• _WORK INSTRUCTIONS_: Within the records below is a range that opens at the line with "f 112 111 114" and closes at the line with "f 235 234 236". Return that range word for word, both ends included, and only that range.

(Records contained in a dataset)
• • • • •

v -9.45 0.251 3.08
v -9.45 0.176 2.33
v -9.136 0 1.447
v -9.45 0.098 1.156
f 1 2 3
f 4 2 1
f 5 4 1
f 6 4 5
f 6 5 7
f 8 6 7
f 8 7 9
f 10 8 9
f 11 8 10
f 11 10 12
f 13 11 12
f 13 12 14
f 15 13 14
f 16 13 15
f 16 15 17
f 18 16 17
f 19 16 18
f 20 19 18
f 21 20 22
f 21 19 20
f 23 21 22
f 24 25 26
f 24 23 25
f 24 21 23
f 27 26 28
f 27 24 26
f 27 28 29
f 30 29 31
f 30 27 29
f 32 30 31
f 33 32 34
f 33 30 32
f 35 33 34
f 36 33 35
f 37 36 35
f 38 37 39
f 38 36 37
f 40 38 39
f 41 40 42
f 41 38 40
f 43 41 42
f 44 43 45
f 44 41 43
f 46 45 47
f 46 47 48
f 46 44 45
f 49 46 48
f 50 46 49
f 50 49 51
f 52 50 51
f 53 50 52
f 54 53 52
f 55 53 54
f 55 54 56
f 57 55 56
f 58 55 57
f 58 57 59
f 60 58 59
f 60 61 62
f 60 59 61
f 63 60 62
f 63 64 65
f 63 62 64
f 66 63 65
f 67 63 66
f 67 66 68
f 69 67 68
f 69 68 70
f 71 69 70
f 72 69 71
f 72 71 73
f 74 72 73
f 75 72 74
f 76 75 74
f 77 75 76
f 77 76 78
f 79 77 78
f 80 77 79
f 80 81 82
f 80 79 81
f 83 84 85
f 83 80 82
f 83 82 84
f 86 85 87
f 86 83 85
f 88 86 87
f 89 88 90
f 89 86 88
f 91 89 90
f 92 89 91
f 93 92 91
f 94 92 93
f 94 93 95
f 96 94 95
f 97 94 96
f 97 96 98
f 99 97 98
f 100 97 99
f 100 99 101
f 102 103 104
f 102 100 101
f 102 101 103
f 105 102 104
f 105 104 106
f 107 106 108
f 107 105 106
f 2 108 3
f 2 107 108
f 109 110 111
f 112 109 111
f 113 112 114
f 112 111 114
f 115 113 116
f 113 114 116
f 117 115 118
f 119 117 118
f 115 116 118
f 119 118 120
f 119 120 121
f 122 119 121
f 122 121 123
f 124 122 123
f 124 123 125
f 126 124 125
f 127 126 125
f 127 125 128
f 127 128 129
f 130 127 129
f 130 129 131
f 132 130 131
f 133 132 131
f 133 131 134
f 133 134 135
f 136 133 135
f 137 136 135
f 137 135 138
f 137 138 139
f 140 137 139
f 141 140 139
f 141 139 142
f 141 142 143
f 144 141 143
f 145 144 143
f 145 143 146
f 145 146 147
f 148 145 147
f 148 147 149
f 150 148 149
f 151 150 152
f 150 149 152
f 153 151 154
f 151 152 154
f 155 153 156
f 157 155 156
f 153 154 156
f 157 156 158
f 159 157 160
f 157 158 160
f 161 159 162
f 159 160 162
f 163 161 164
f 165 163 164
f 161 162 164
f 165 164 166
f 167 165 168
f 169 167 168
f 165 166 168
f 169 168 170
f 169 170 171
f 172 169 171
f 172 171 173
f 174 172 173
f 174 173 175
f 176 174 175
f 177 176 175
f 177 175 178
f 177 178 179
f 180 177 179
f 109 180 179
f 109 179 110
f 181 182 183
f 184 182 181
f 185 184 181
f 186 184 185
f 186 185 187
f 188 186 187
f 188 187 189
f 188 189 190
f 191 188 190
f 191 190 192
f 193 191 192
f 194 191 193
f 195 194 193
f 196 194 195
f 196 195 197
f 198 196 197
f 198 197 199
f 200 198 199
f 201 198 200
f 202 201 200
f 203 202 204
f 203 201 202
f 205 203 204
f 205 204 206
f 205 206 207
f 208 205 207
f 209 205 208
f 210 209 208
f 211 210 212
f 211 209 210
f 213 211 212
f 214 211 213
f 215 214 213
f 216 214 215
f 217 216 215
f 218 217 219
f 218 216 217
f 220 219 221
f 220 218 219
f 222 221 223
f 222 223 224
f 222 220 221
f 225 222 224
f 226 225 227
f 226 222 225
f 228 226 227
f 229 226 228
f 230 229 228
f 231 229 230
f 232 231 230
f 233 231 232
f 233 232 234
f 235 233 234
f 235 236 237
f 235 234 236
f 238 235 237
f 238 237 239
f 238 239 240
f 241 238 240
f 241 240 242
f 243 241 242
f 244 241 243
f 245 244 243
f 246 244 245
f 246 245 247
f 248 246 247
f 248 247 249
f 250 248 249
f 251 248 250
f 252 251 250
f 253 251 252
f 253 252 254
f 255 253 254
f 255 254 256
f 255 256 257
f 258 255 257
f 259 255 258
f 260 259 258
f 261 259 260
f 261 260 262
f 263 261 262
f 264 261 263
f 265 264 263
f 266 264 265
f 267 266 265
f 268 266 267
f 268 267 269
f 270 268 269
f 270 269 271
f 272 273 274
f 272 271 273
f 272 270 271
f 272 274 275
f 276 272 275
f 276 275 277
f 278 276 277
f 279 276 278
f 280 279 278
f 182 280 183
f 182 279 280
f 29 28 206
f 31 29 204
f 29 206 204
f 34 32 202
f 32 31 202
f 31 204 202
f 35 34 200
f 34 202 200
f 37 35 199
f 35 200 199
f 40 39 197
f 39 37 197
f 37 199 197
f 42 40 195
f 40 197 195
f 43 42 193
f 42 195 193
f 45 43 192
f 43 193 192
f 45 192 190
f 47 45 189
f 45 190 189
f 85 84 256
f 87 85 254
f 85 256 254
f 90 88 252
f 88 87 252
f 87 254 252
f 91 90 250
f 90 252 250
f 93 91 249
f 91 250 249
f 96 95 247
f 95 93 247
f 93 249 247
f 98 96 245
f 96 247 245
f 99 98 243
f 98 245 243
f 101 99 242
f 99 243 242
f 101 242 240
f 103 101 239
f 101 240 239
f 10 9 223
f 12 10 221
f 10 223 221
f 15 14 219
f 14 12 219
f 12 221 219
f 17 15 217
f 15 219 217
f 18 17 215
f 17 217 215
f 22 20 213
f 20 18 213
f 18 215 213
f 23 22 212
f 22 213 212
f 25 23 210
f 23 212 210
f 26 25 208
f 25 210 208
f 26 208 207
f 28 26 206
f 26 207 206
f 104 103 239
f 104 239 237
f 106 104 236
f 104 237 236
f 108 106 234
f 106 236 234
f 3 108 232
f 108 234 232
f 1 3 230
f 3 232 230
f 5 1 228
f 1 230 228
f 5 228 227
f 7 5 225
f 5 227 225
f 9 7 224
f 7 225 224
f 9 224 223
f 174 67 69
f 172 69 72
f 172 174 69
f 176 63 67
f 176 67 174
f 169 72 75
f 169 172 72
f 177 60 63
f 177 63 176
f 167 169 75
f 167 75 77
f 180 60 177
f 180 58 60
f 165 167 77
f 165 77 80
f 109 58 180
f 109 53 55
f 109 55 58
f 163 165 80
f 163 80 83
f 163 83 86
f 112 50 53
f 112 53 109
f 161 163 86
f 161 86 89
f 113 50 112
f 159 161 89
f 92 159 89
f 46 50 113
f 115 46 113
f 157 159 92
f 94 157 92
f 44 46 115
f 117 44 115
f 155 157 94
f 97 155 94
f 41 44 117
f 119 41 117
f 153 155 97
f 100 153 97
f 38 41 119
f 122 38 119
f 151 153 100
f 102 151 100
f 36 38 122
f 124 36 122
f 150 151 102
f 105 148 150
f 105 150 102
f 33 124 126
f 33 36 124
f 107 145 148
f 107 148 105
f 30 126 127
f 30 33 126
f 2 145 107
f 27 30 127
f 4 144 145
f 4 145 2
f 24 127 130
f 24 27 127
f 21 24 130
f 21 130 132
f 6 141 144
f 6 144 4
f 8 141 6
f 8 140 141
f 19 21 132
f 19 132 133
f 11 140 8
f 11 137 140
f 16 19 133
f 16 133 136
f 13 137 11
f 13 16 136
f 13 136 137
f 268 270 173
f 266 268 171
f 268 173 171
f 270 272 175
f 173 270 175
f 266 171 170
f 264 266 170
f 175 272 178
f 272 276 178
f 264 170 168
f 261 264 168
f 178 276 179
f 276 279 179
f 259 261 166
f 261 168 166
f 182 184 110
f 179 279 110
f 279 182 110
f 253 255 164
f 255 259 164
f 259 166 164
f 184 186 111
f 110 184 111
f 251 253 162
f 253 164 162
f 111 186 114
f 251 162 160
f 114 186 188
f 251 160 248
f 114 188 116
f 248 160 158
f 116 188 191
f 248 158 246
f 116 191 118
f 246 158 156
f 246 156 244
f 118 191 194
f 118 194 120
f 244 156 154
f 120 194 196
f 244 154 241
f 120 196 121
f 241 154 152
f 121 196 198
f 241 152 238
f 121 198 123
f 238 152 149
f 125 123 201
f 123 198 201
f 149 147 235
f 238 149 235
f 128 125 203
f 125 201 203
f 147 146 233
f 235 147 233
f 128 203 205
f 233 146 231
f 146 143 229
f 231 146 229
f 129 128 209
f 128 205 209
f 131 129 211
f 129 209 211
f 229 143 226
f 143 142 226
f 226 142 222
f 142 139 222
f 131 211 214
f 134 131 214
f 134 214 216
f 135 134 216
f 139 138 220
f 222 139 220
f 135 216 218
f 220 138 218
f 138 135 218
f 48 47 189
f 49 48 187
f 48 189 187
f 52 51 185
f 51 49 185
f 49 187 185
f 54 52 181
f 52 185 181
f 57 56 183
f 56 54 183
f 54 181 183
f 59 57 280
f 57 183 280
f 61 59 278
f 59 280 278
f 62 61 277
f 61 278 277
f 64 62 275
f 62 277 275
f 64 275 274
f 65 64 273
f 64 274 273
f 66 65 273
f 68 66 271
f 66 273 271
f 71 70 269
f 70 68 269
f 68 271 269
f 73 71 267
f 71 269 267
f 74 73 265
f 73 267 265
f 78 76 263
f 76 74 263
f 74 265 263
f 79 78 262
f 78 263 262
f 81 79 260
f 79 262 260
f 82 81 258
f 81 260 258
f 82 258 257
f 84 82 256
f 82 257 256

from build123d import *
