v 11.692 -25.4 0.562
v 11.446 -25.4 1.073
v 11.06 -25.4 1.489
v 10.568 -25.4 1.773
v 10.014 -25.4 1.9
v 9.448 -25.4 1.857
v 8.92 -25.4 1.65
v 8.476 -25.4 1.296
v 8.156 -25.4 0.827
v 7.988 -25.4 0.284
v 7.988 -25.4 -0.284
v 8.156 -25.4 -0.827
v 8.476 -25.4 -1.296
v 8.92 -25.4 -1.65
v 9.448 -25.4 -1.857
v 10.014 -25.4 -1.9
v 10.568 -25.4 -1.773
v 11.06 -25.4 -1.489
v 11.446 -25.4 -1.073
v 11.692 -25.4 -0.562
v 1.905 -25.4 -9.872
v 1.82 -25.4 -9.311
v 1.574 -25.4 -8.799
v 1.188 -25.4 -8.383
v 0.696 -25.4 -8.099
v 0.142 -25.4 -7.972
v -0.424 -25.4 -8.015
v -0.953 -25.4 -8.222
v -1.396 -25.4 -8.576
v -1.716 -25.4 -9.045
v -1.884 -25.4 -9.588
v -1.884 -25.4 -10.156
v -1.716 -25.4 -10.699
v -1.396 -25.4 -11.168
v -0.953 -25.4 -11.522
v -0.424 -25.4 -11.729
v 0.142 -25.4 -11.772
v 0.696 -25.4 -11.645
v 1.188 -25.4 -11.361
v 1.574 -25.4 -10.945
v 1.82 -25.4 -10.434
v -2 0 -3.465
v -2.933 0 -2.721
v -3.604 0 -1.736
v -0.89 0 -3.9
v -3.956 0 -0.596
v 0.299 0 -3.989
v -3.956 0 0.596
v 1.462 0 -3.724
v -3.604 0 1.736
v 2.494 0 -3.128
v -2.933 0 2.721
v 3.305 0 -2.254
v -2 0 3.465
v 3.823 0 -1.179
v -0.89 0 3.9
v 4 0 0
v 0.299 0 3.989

• • • • •

• _EXERCISE RESULT_:
f 112 111 114
f 115 113 116
f 113 114 116
f 117 115 118
f 119 117 118
f 115 116 118
f 119 118 120
f 119 120 121
f 122 119 121
f 122 121 123
f 124 122 123
f 124 123 125
f 126 124 125
f 127 126 125
f 127 125 128
f 127 128 129
f 130 127 129
f 130 129 131
f 132 130 131
f 133 132 131
f 133 131 134
f 133 134 135
f 136 133 135
f 137 136 135
f 137 135 138
f 137 138 139
f 140 137 139
f 141 140 139
f 141 139 142
f 141 142 143
f 144 141 143
f 145 144 143
f 145 143 146
f 145 146 147
f 148 145 147
f 148 147 149
f 150 148 149
f 151 150 152
f 150 149 152
f 153 151 154
f 151 152 154
f 155 153 156
f 157 155 156
f 153 154 156
f 157 156 158
f 159 157 160
f 157 158 160
f 161 159 162
f 159 160 162
f 163 161 164
f 165 163 164
f 161 162 164
f 165 164 166
f 167 165 168
f 169 167 168
f 165 166 168
f 169 168 170
f 169 170 171
f 172 169 171
f 172 171 173
f 174 172 173
f 174 173 175
f 176 174 175
f 177 176 175
f 177 175 178
f 177 178 179
f 180 177 179
f 109 180 179
f 109 179 110
f 181 182 183
f 184 182 181
f 185 184 181
f 186 184 185
f 186 185 187
f 188 186 187
f 188 187 189
f 188 189 190
f 191 188 190
f 191 190 192
f 193 191 192
f 194 191 193
f 195 194 193
f 196 194 195
f 196 195 197
f 198 196 197
f 198 197 199
f 200 198 199
f 201 198 200
f 202 201 200
f 203 202 204
f 203 201 202
f 205 203 204
f 205 204 206
f 205 206 207
f 208 205 207
f 209 205 208
f 210 209 208
f 211 210 212
f 211 209 210
f 213 211 212
f 214 211 213
f 215 214 213
f 216 214 215
f 217 216 215
f 218 217 219
f 218 216 217
f 220 219 221
f 220 218 219
f 222 221 223
f 222 223 224
f 222 220 221
f 225 222 224
f 226 225 227
f 226 222 225
f 228 226 227
f 229 226 228
f 230 229 228
f 231 229 230
f 232 231 230
f 233 231 232
f 233 232 234
f 235 233 234
f 235 236 237
f 235 234 236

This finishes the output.